Keven: You've mentioned before that you were disturbed at how so many bands in the social media era are getting signed to labels before they've put in hard work on the road, do you feel that's still the case or is it worse now?
Chris: I think it's weird when you hear about bands that get signed before they play their first show. I come from a different era and a different time period. I think bands are still working hard but working in a different way. As opposed to having to go fly in for different shows or mail their demos off to a label; they're on a computer working hard to get their band's name out there.
Keven: Do you feel pressure to compete with those artists who are big on YouTube?
Chris: I would never want to have a competitive attitude about competing with another band. I think the most pressure that we have as a band is the pressure that we put on ourselves to do as well as we possibly can.
Keven: Now that so many people are stealing music online, do you think it's important for the albums to sell a ton of copies, or do you just bust your ass on the road to make a living?
Chris: I'm the kind of guy who likes a physical album. I like getting the artwork with it and the layout. I think its part of the record. But…apparently millions of people don't agree so maybe I'm the one who's wrong here. (laughing). It doesn't really bother me that people are downloading music. You can buy it or you can steal it, just as long as you feel it. As long as people are still coming to shows and supporting the band then it doesn't really matter where they get their music from.
Keven: Neil Young recently stated that "Piracy is the new radio" – which I find to be a bold statement coming from an artist of that era.
Chris: Yeah, but it makes sense if you think about it. I mean think of the 50's and early 60's. A lot of artists didn't put out full albums they just put out singles. In a really weird way it's almost coming back to that time period where people aren't buying full records online but they're buying singles like crazy. To me it doesn't matter as long as people still like going to shows and hearing live music.
Keven: True, but like you said 'Kids in The Street' has that narrative so people should still go out and get that full album experience right?
Chris: They don't necessarily have to buy it but I would like people to download the whole record. We worked really hard on it so I'd like people to listen to the whole thing as opposed to getting one song. I mean, do they have to buy it?.... Eh. (laughing). But I would like them to hear the whole thing.
Keven: In the 'Beekeeper's Daughter' music video, what was it like playing on that crazy Bee float and what the hell was Wayne Newton doing there?
Chris: (laughing) You saw him! All I can think of was Vegas Vacation every time I talked to him. The director Issac Rentz came up with a treatment for the parade, choreography and we were just throwing paint at the walls like "let's have a hipster dance fight or a bunch of guys in flannel with beards, we'll have Wayne Newton in the video, just go with the chaos of the whole thing". Issac actually got Wayne Newton (laughing) to show up.
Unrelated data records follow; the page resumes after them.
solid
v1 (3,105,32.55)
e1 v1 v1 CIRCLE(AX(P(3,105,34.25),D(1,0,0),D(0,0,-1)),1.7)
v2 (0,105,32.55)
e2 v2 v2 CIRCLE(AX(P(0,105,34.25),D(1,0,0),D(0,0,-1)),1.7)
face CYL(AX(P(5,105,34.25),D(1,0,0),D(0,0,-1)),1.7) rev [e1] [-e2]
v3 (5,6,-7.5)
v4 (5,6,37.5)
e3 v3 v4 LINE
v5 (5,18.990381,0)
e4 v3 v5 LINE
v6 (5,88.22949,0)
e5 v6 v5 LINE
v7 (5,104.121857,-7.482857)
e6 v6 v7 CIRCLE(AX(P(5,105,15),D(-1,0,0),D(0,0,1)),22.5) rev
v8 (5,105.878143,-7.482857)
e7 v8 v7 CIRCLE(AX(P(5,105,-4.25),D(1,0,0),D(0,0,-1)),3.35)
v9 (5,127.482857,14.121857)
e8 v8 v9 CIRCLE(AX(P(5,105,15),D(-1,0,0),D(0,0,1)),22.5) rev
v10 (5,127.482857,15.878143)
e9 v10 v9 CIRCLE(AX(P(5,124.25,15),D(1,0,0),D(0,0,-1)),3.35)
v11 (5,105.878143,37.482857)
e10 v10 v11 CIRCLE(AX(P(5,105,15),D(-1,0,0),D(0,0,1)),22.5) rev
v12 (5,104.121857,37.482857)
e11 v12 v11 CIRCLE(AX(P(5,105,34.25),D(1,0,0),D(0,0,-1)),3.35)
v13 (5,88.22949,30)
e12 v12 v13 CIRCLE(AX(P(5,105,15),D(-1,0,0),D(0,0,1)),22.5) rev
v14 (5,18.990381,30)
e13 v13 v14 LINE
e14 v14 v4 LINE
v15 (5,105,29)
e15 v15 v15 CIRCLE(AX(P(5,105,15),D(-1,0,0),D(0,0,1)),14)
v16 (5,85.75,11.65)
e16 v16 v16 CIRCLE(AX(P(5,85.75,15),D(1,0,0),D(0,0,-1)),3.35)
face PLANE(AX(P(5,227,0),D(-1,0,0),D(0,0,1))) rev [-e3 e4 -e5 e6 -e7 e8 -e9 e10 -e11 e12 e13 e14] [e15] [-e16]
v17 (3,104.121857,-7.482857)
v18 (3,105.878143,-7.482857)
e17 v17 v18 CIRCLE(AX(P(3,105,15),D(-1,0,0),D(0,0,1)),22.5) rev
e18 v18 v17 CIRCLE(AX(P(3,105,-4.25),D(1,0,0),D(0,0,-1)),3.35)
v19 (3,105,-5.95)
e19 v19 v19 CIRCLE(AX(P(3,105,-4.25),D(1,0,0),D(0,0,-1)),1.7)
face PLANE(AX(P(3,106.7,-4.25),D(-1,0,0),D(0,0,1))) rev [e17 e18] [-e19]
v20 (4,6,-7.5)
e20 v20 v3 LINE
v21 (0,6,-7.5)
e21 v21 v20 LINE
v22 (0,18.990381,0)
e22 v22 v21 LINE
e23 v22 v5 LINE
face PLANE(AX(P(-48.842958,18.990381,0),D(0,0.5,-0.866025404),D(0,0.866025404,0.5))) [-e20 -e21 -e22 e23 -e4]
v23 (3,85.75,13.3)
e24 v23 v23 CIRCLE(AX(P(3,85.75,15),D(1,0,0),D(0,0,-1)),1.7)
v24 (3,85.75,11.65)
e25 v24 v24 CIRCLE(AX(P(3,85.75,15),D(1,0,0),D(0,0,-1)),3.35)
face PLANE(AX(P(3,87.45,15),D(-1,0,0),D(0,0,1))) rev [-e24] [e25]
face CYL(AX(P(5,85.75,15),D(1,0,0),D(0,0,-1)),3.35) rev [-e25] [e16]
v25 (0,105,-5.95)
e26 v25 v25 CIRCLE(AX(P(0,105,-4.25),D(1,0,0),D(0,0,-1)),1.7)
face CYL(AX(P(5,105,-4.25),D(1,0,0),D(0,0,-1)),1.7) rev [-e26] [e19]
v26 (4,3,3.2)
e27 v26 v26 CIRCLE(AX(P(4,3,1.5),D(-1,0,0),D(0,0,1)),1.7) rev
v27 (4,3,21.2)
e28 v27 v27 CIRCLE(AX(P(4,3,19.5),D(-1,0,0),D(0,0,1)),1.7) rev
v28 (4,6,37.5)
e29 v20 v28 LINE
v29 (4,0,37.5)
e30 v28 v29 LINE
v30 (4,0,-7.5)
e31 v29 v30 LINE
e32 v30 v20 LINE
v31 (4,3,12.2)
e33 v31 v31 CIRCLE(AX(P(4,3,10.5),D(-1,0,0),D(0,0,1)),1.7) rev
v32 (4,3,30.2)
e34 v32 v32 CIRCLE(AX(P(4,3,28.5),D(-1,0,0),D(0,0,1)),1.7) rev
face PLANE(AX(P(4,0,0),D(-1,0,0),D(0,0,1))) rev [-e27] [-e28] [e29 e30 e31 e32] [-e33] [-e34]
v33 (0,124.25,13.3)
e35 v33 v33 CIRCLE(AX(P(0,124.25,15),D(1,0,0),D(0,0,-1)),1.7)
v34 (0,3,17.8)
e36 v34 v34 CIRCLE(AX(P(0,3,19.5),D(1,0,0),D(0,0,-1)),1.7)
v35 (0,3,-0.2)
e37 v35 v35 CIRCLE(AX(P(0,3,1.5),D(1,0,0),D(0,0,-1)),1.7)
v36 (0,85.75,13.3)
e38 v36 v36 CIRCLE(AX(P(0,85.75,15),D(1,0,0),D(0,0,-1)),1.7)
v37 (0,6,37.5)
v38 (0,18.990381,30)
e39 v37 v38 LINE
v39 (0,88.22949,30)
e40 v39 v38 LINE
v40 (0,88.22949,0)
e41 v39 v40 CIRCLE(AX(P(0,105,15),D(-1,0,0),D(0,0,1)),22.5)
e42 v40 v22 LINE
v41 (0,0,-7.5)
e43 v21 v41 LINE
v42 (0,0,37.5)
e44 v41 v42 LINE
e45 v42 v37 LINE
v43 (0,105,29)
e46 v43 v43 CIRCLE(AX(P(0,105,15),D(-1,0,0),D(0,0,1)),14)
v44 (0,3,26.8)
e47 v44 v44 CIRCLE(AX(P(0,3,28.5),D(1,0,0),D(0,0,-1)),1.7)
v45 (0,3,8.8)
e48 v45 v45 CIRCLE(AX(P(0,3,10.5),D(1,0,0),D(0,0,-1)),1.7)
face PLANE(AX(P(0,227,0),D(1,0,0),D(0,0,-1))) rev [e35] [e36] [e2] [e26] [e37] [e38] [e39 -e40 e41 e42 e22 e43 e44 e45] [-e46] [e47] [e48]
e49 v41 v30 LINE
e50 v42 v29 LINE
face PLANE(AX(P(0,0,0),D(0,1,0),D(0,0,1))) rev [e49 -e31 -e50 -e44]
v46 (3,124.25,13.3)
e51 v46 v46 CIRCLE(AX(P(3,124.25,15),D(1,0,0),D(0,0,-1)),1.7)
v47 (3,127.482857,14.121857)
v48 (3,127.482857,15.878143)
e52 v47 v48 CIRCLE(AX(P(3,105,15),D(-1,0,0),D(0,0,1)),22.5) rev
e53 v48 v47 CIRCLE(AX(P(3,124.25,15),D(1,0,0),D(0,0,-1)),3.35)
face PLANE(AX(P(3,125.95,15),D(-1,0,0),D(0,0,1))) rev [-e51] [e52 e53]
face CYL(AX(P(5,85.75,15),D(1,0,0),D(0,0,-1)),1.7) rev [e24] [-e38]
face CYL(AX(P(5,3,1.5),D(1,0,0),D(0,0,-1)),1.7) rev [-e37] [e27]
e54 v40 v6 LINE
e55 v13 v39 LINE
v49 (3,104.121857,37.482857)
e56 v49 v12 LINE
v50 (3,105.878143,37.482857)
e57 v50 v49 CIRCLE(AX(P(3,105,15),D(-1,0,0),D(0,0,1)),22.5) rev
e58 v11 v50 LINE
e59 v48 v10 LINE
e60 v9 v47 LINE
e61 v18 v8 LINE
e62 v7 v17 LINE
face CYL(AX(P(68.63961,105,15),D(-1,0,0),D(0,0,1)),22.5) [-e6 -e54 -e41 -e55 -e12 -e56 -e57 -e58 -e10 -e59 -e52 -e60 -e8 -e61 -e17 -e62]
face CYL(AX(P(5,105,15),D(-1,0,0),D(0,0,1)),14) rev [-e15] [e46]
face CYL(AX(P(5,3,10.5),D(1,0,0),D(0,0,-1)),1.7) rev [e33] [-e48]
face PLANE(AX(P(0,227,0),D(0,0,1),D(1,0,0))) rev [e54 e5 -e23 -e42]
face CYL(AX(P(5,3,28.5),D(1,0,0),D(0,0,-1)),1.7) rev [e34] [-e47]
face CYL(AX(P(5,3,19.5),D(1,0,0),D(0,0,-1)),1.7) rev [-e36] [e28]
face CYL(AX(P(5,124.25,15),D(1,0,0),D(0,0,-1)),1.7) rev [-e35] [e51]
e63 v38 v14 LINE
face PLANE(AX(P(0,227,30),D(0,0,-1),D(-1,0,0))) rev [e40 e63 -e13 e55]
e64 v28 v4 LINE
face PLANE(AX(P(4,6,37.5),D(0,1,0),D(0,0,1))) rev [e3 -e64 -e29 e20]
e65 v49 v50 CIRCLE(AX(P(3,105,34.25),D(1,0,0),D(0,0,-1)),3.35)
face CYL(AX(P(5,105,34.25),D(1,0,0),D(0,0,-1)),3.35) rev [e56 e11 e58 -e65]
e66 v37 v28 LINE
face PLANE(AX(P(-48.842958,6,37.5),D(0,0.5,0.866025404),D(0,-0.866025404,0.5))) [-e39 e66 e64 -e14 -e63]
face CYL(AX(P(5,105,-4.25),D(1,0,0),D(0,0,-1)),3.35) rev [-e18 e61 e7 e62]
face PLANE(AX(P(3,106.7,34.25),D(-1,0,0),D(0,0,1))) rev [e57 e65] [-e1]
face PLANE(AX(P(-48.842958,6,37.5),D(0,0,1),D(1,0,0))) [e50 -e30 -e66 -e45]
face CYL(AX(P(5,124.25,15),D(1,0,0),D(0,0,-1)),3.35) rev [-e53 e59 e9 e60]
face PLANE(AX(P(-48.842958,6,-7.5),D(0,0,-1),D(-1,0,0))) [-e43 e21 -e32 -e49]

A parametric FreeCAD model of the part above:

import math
import FreeCAD as App
import Part
import Sketcher
Q = App.Units.Quantity

doc = App.newDocument("Part")
params = doc.addObject("Spreadsheet::Sheet", "Params")
for row, (alias, value) in enumerate([
    ("sketch1_width", "5 mm"),
    ("sketch1_height", "30 mm"),
    ("pad1_length", "227 mm"),
    ("sketch2_diameter", "45 mm"),
    ("pad2_length", "5 mm"),
    ("sketch3_diameter", "28 mm"),
    ("sketch4_diameter", "3.4 mm"),
    ("hole_diameter", "3.4 mm"),
    ("hole_cbore_diameter", "6.7 mm"),
    ("hole_cbore_depth", "2 mm"),
    ("sketch5_width", "6 mm"),
    ("sketch5_height", "30 mm"),
    ("sketch5_height2", "45 mm"),
    ("pad3_length", "5 mm"),
    ("sketch6_diameter", "3.4 mm"),
    ("hole2_diameter", "3.4 mm"),
    ("sketch7_width", "6 mm"),
    ("sketch7_height", "45 mm"),
    ("pocket2_length", "1 mm"),
    ("sketch8_radius", "22.5 mm"),
    ("sketch8_height", "30 mm"),
    ("pocket3_length", "5 mm"),
], start=1):
    params.set(f"A{row}", alias)
    params.set(f"B{row}", "=" + value)
    params.setAlias(f"B{row}", alias)

body = doc.addObject("PartDesign::Body", "Body")

# Sketch on XZ plane
sketch1 = body.newObject("Sketcher::SketchObject", "Sketch")
sketch1.AttachmentSupport = (doc.getObject("XZ_Plane"), [""])
sketch1.MapMode = "FlatFace"
sketch1.addGeometry(Part.LineSegment(App.Vector(0, 0, 0), App.Vector(0, 30, 0)), False)
sketch1.addGeometry(Part.LineSegment(App.Vector(0, 30, 0), App.Vector(5, 30, 0)), False)
sketch1.addGeometry(Part.LineSegment(App.Vector(5, 30, 0), App.Vector(5, 0, 0)), False)
sketch1.addGeometry(Part.LineSegment(App.Vector(5, 0, 0), App.Vector(0, 0, 0)), False)
sketch1.addConstraint(Sketcher.Constraint("Coincident", 0, 2, 1, 1))
sketch1.addConstraint(Sketcher.Constraint("Coincident", 1, 2, 2, 1))
sketch1.addConstraint(Sketcher.Constraint("Coincident", 2, 2, 3, 1))
sketch1.addConstraint(Sketcher.Constraint("Coincident", 3, 2, 0, 1))
sketch1.addConstraint(Sketcher.Constraint("Vertical", 0))
sketch1.addConstraint(Sketcher.Constraint("Horizontal", 1))
sketch1.addConstraint(Sketcher.Constraint("Vertical", 2))
sketch1.addConstraint(Sketcher.Constraint("Horizontal", 3))
sketch1.addConstraint(Sketcher.Constraint("Coincident", 3, 2, -1, 1))
sketch1.addConstraint(Sketcher.Constraint("DistanceX", 1, 1, 1, 2, Q("5 mm")))
sketch1.addConstraint(Sketcher.Constraint("DistanceY", 0, 1, 0, 2, Q("30 mm")))
sketch1.setExpression("Constraints[9]", "Params.sketch1_width")
sketch1.setExpression("Constraints[10]", "Params.sketch1_height")
pad1 = body.newObject("PartDesign::Pad", "Pad")
pad1.Profile = sketch1
pad1.setExpression("Length", "Params.pad1_length")
pad1.Reversed = True

# Sketch on YZ plane
sketch2 = body.newObject("Sketcher::SketchObject", "Sketch001")
sketch2.AttachmentSupport = (doc.getObject("YZ_Plane"), [""])
sketch2.MapMode = "FlatFace"
sketch2.addGeometry(Part.Circle(App.Vector(105, 15, 0), App.Vector(0, 0, 1), 22), False)
sketch2.addConstraint(Sketcher.Constraint("Diameter", 0, Q("45 mm")))
sketch2.addConstraint(Sketcher.Constraint("DistanceX", -1, 1, 0, 3, Q("105 mm")))
sketch2.addConstraint(Sketcher.Constraint("DistanceY", -1, 1, 0, 3, Q("15 mm")))
sketch2.setExpression("Constraints[0]", "Params.sketch2_diameter")
pad2 = body.newObject("PartDesign::Pad", "Pad001")
pad2.Profile = sketch2
pad2.setExpression("Length", "Params.pad2_length")

# Sketch on YZ plane
sketch3 = body.newObject("Sketcher::SketchObject", "Sketch002")
sketch3.AttachmentSupport = (doc.getObject("YZ_Plane"), [""])
sketch3.MapMode = "FlatFace"
sketch3.addGeometry(Part.Circle(App.Vector(105, 15, 0), App.Vector(0, 0, 1), 14), False)
sketch3.addConstraint(Sketcher.Constraint("Diameter", 0, Q("28 mm")))
sketch3.addConstraint(Sketcher.Constraint("DistanceX", -1, 1, 0, 3, Q("105 mm")))
sketch3.addConstraint(Sketcher.Constraint("DistanceY", -1, 1, 0, 3, Q("15 mm")))
sketch3.setExpression("Constraints[0]", "Params.sketch3_diameter")
pocket1 = body.newObject("PartDesign::Pocket", "Pocket")
pocket1.Profile = sketch3
pocket1.Type = "ThroughAll"
pocket1.Reversed = True

# Sketch on YZ plane
sketch4 = body.newObject("Sketcher::SketchObject", "Sketch003")
sketch4.AttachmentSupport = (doc.getObject("YZ_Plane"), [""])
sketch4.MapMode = "FlatFace"
sketch4.AttachmentOffset = App.Placement(App.Vector(0, 0, 5), App.Rotation())
sketch4.addGeometry(Part.Circle(App.Vector(124.2, 15, 0), App.Vector(0, 0, 1), 1.7), False)
sketch4.addGeometry(Part.Circle(App.Vector(105, -4.2, 0), App.Vector(0, 0, 1), 1.7), False)
sketch4.addGeometry(Part.Circle(App.Vector(85.8, 15, 0), App.Vector(0, 0, 1), 1.7), False)
sketch4.addGeometry(Part.Circle(App.Vector(105, 34.2, 0), App.Vector(0, 0, 1), 1.7), False)
sketch4.addConstraint(Sketcher.Constraint("Equal", 0, 1))
sketch4.addConstraint(Sketcher.Constraint("Equal", 1, 2))
sketch4.addConstraint(Sketcher.Constraint("Equal", 2, 3))
sketch4.addConstraint(Sketcher.Constraint("Horizontal", 0, 3, 2, 3))
sketch4.addConstraint(Sketcher.Constraint("Vertical", 1, 3, 3, 3))
sketch4.addConstraint(Sketcher.Constraint("Diameter", 0, Q("3.4 mm")))
sketch4.addConstraint(Sketcher.Constraint("DistanceY", -1, 1, 0, 3, Q("15 mm")))
sketch4.addConstraint(Sketcher.Constraint("DistanceX", -1, 1, 1, 3, Q("105 mm")))
sketch4.addConstraint(Sketcher.Constraint("DistanceX", 2, 3, 0, 3, Q("38.5 mm")))
sketch4.addConstraint(Sketcher.Constraint("DistanceY", 1, 3, 3, 3, Q("38.5 mm")))
sketch4.addConstraint(Sketcher.Constraint("DistanceX", -1, 1, 0, 3, Q("124.25 mm")))
sketch4.addConstraint(Sketcher.Constraint("DistanceY", 1, 3, -1, 1, Q("4.25 mm")))
sketch4.setExpression("Constraints[5]", "Params.sketch4_diameter")
doc.recompute()
hole = body.newObject("PartDesign::Hole", "Hole")
hole.Profile = sketch4
hole.ThreadType = "None"
hole.setExpression("Diameter", "Params.hole_diameter")
hole.DepthType = "ThroughAll"
hole.HoleCutType = "Counterbore"
hole.setExpression("HoleCutDiameter", "Params.hole_cbore_diameter")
So that was a surprise for us. He was an awesome guy, a gentleman. It was a pleasure having him there.
Keven: It was crazy seeing Wayne Newton in the video and I feel like I haven't seen him in forever.
Chris: We all know danke schoen and that's a motherf***er of a hit back in the day. He invited us out to his home in Nevada and hopefully one day we will get to take him up on that offer.
Keven: That would be awesome and yet so strange at the same.
Chris: You know what else was really strange, the whole set that we used was actually the same set that they used for Hill Valley in Back to The Future. The clock tower and everything and that was definitely one of the big movies from my generation so it was crazy. Wayne Newton's here and we're filming a video in Hill Valley – this is awesome. (laughing).
Keven: You're going to be hitting the road in the UK this summer with Blink-182, do you know those guys at all?
Chris: We did hang out with them a little bit and unfortunately when we toured with them before we had to cut it short because Tyson got really sick but we are happy to go back out with them again. We're gonna have a blast.
Keven: It seems like they're a different band now compared to the old days, what are you guys like on tour, do you party or keep to yourselves?
Chris: We don't really party a lot, I mean we hang out but we're not these big debaucherous party animals. We like to hang out and have a couple beers but we're not that band who has naked chicks on a bus and a pound of blow. The 80's are over (laughing). We're not that kind of band. We started making music because we weren't cool enough to go to the party and it's always kind of just stuck with us.